Exercise aim -
When a line of the entries below contains "with", it counts once; state how many such lines there are and nothing else.

(Records from a data source)
▼▼▼
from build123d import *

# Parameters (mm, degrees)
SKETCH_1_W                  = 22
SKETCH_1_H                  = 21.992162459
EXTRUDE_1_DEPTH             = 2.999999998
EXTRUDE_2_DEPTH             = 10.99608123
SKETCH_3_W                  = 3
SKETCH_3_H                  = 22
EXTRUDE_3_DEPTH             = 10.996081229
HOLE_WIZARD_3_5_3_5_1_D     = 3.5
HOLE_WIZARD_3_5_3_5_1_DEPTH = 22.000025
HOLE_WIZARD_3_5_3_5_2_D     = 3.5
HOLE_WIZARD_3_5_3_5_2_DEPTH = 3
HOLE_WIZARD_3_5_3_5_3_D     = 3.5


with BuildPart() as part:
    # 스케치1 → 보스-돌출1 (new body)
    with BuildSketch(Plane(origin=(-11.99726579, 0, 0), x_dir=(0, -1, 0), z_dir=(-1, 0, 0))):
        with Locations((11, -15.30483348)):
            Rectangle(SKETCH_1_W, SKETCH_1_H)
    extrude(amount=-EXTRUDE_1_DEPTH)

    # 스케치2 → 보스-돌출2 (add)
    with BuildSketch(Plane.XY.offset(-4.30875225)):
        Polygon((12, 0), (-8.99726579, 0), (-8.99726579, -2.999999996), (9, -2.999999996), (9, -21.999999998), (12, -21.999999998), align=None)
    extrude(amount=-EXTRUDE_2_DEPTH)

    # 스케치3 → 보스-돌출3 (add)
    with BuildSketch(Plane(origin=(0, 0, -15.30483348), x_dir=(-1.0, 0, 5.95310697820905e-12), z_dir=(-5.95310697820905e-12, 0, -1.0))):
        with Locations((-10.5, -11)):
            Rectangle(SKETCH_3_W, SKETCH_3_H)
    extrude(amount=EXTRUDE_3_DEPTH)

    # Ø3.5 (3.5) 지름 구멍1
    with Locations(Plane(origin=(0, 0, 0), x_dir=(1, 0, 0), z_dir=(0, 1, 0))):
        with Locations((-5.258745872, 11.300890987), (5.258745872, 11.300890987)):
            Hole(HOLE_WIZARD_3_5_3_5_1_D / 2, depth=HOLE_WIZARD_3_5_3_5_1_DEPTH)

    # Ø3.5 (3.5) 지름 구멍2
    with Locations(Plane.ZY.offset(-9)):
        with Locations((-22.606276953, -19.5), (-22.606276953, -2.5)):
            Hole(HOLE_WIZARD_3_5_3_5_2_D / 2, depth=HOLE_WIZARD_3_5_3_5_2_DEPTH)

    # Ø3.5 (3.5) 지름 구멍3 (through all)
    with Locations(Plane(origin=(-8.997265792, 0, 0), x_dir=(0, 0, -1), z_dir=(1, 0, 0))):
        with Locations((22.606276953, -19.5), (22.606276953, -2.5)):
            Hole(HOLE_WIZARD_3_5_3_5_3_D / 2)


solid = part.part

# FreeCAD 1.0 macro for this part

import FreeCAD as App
import Part
import Sketcher
from FreeCAD import Vector

doc = App.newDocument("Part")
body = doc.addObject("PartDesign::Body", "Body")

sketch1 = body.newObject("Sketcher::SketchObject", "Sketch")
sketch1.AttachmentSupport = (doc.getObject("YZ_Plane"), [""])
sketch1.MapMode = "FlatFace"
sketch1.AttachmentOffset = App.Placement(Vector(0, 0, -11.997266), App.Rotation())
sketch1.addGeometry([
    Part.LineSegment(Vector(0, -4, 0), Vector(0, -26, 0)),
    Part.LineSegment(Vector(0, -26, 0), Vector(-22, -26, 0)),
    Part.LineSegment(Vector(-22, -26, 0), Vector(-22, -4, 0)),
    Part.LineSegment(Vector(-22, -4, 0), Vector(0, -4, 0)),
], False)
sketch1.addConstraint([
    Sketcher.Constraint("Coincident", 0, 2, 1, 1),
    Sketcher.Constraint("Coincident", 1, 2, 2, 1),
    Sketcher.Constraint("Coincident", 2, 2, 3, 1),
    Sketcher.Constraint("Coincident", 3, 2, 0, 1),
    Sketcher.Constraint("Vertical", 0),
    Sketcher.Constraint("Horizontal", 1),
    Sketcher.Constraint("Vertical", 2),
    Sketcher.Constraint("Horizontal", 3),
    Sketcher.Constraint("PointOnObject", 0, 2, -2),
    Sketcher.Constraint("DistanceX", 1, 2, 1, 1, 22.0),
    Sketcher.Constraint("DistanceY", 0, 2, 0, 1, 21.992162),
    Sketcher.Constraint("DistanceY", 0, 2, -1, 1, 26.300915),
])
pad1 = body.newObject("PartDesign::Pad", "Pad")
pad1.Profile = sketch1
pad1.Length = 3

sketch2 = body.newObject("Sketcher::SketchObject", "Sketch001")
sketch2.AttachmentSupport = (doc.getObject("XY_Plane"), [""])
sketch2.MapMode = "FlatFace"
sketch2.AttachmentOffset = App.Placement(Vector(0, 0, -4.308752), App.Rotation())
sketch2.addGeometry([
    Part.LineSegment(Vector(12, 0, 0), Vector(-9, 0, 0)),
    Part.LineSegment(Vector(-9, 0, 0), Vector(-9, -3, 0)),
    Part.LineSegment(Vector(-9, -3, 0), Vector(9, -3, 0)),
    Part.LineSegment(Vector(9, -3, 0), Vector(9, -22, 0)),
    Part.LineSegment(Vector(9, -22, 0), Vector(12, -22, 0)),
    Part.LineSegment(Vector(12, -22, 0), Vector(12, 0, 0)),
], False)
sketch2.addConstraint([
    Sketcher.Constraint("Coincident", 0, 2, 1, 1),
    Sketcher.Constraint("Coincident", 1, 2, 2, 1),
    Sketcher.Constraint("Coincident", 2, 2, 3, 1),
    Sketcher.Constraint("Coincident", 3, 2, 4, 1),
    Sketcher.Constraint("Coincident", 4, 2, 5, 1),
    Sketcher.Constraint("Coincident", 5, 2, 0, 1),
    Sketcher.Constraint("Horizontal", 0),
    Sketcher.Constraint("Vertical", 1),
    Sketcher.Constraint("Horizontal", 2),
    Sketcher.Constraint("Vertical", 3),
    Sketcher.Constraint("Horizontal", 4),
    Sketcher.Constraint("Vertical", 5),
    Sketcher.Constraint("PointOnObject", 0, 2, -1),
    Sketcher.Constraint("Equal", 4, 1),
    Sketcher.Constraint("DistanceX", 4, 1, 4, 2, 3.0),
    Sketcher.Constraint("DistanceY", 3, 2, 3, 1, 19.0),
    Sketcher.Constraint("DistanceX", -1, 1, 2, 2, 9.0),
    Sketcher.Constraint("DistanceX", 0, 2, 0, 1, 20.997266),
])
pad2 = body.newObject("PartDesign::Pad", "Pad001")
pad2.Profile = sketch2
pad2.Length = 10.996081
pad2.Reversed = True

sketch3 = body.newObject("Sketcher::SketchObject", "Sketch002")
sketch3.AttachmentSupport = (doc.getObject("XY_Plane"), [""])
sketch3.MapMode = "FlatFace"
sketch3.AttachmentOffset = App.Placement(Vector(0, 0, -15.304833), App.Rotation())
sketch3.addGeometry([
    Part.LineSegment(Vector(12, 0, 0), Vector(12, -22, 0)),
    Part.LineSegment(Vector(12, -22, 0), Vector(9, -22, 0)),
    Part.LineSegment(Vector(9, -22, 0), Vector(9, 0, 0)),
    Part.LineSegment(Vector(9, 0, 0), Vector(12, 0, 0)),
], False)
sketch3.addConstraint([
    Sketcher.Constraint("Coincident", 0, 2, 1, 1),
    Sketcher.Constraint("Coincident", 1, 2, 2, 1),
    Sketcher.Constraint("Coincident", 2, 2, 3, 1),
    Sketcher.Constraint("Coincident", 3, 2, 0, 1),
    Sketcher.Constraint("Vertical", 0),
    Sketcher.Constraint("Horizontal", 1),
    Sketcher.Constraint("Vertical", 2),
    Sketcher.Constraint("Horizontal", 3),
    Sketcher.Constraint("PointOnObject", 2, 2, -1),
    Sketcher.Constraint("DistanceX", 1, 2, 1, 1, 3.0),
    Sketcher.Constraint("DistanceY", 0, 2, 0, 1, 22.0),
    Sketcher.Constraint("DistanceX", -1, 1, 0, 2, 12.0),
])
pad3 = body.newObject("PartDesign::Pad", "Pad002")
pad3.Profile = sketch3
pad3.Length = 10.996081
pad3.Reversed = True

sketch4 = body.newObject("Sketcher::SketchObject", "Sketch003")
sketch4.AttachmentSupport = (doc.getObject("XZ_Plane"), [""])
sketch4.MapMode = "FlatFace"
sketch4.addGeometry([
    Part.Circle(Vector(-5.3, -11.3, 0), Vector(0, 0, 1), 1.8),
    Part.Circle(Vector(5.3, -11.3, 0), Vector(0, 0, 1), 1.8),
], False)
sketch4.addConstraint([
    Sketcher.Constraint("Equal", 0, 1),
    Sketcher.Constraint("Symmetric", 0, 3, 1, 3, -2),
    Sketcher.Constraint("Diameter", 0, 3.5),
    Sketcher.Constraint("DistanceY", 0, 3, -1, 1, 11.300891),
    Sketcher.Constraint("DistanceX", 0, 3, 1, 3, 10.517492),
])
doc.recompute()
hole = body.newObject("PartDesign::Hole", "Hole")
hole.Profile = sketch4
hole.ThreadType = "None"
hole.Diameter = 3.5
hole.DepthType = "Dimension"
hole.Depth = 22.000025
hole.DrillPoint = "Flat"
hole.Reversed = True

sketch5 = body.newObject("Sketcher::SketchObject", "Sketch004")
sketch5.AttachmentSupport = (doc.getObject("YZ_Plane"), [""])
sketch5.MapMode = "FlatFace"
sketch5.AttachmentOffset = App.Placement(Vector(0, 0, 9), App.Rotation())
sketch5.addGeometry([
    Part.Circle(Vector(-19.5, -22.6, 0), Vector(0, 0, 1), 1.8),
    Part.Circle(Vector(-2.5, -22.6, 0), Vector(0, 0, 1), 1.8),
], False)
sketch5.addConstraint([
    Sketcher.Constraint("Equal", 0, 1),
    Sketcher.Constraint("Horizontal", 0, 3, 1, 3),
    Sketcher.Constraint("Diameter", 0, 3.5),
    Sketcher.Constraint("DistanceX", 0, 3, 1, 3, 17.0),
    Sketcher.Constraint("DistanceX", 0, 3, -1, 1, 19.5),
    Sketcher.Constraint("DistanceY", 0, 3, -1, 1, 22.606277),
])
doc.recompute()
hole2 = body.newObject("PartDesign::Hole", "Hole001")
hole2.Profile = sketch5
hole2.ThreadType = "None"
hole2.Diameter = 3.5
hole2.DepthType = "Dimension"
hole2.Depth = 3
hole2.DrillPoint = "Flat"
hole2.Reversed = True

sketch6 = body.newObject("Sketcher::SketchObject", "Sketch005")
sketch6.AttachmentSupport = (doc.getObject("YZ_Plane"), [""])
sketch6.MapMode = "FlatFace"
sketch6.AttachmentOffset = App.Placement(Vector(0, 0, -8.997266), App.Rotation())
sketch6.addGeometry([
    Part.Circle(Vector(-19.5, -22.6, 0), Vector(0, 0, 1), 1.8),
    Part.Circle(Vector(-2.5, -22.6, 0), Vector(0, 0, 1), 1.8),
], False)
sketch6.addConstraint([
    Sketcher.Constraint("Equal", 0, 1),
    Sketcher.Constraint("Horizontal", 0, 3, 1, 3),
    Sketcher.Constraint("Diameter", 0, 3.5),
    Sketcher.Constraint("DistanceX", 0, 3, 1, 3, 17.0),
    Sketcher.Constraint("DistanceX", 0, 3, -1, 1, 19.5),
    Sketcher.Constraint("DistanceY", 0, 3, -1, 1, 22.606277),
])
doc.recompute()
hole3 = body.newObject("PartDesign::Hole", "Hole002")
hole3.Profile = sketch6
hole3.ThreadType = "None"
hole3.Diameter = 3.5
hole3.DepthType = "ThroughAll"

doc.recompute()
▲▲▲
Expected answer -
12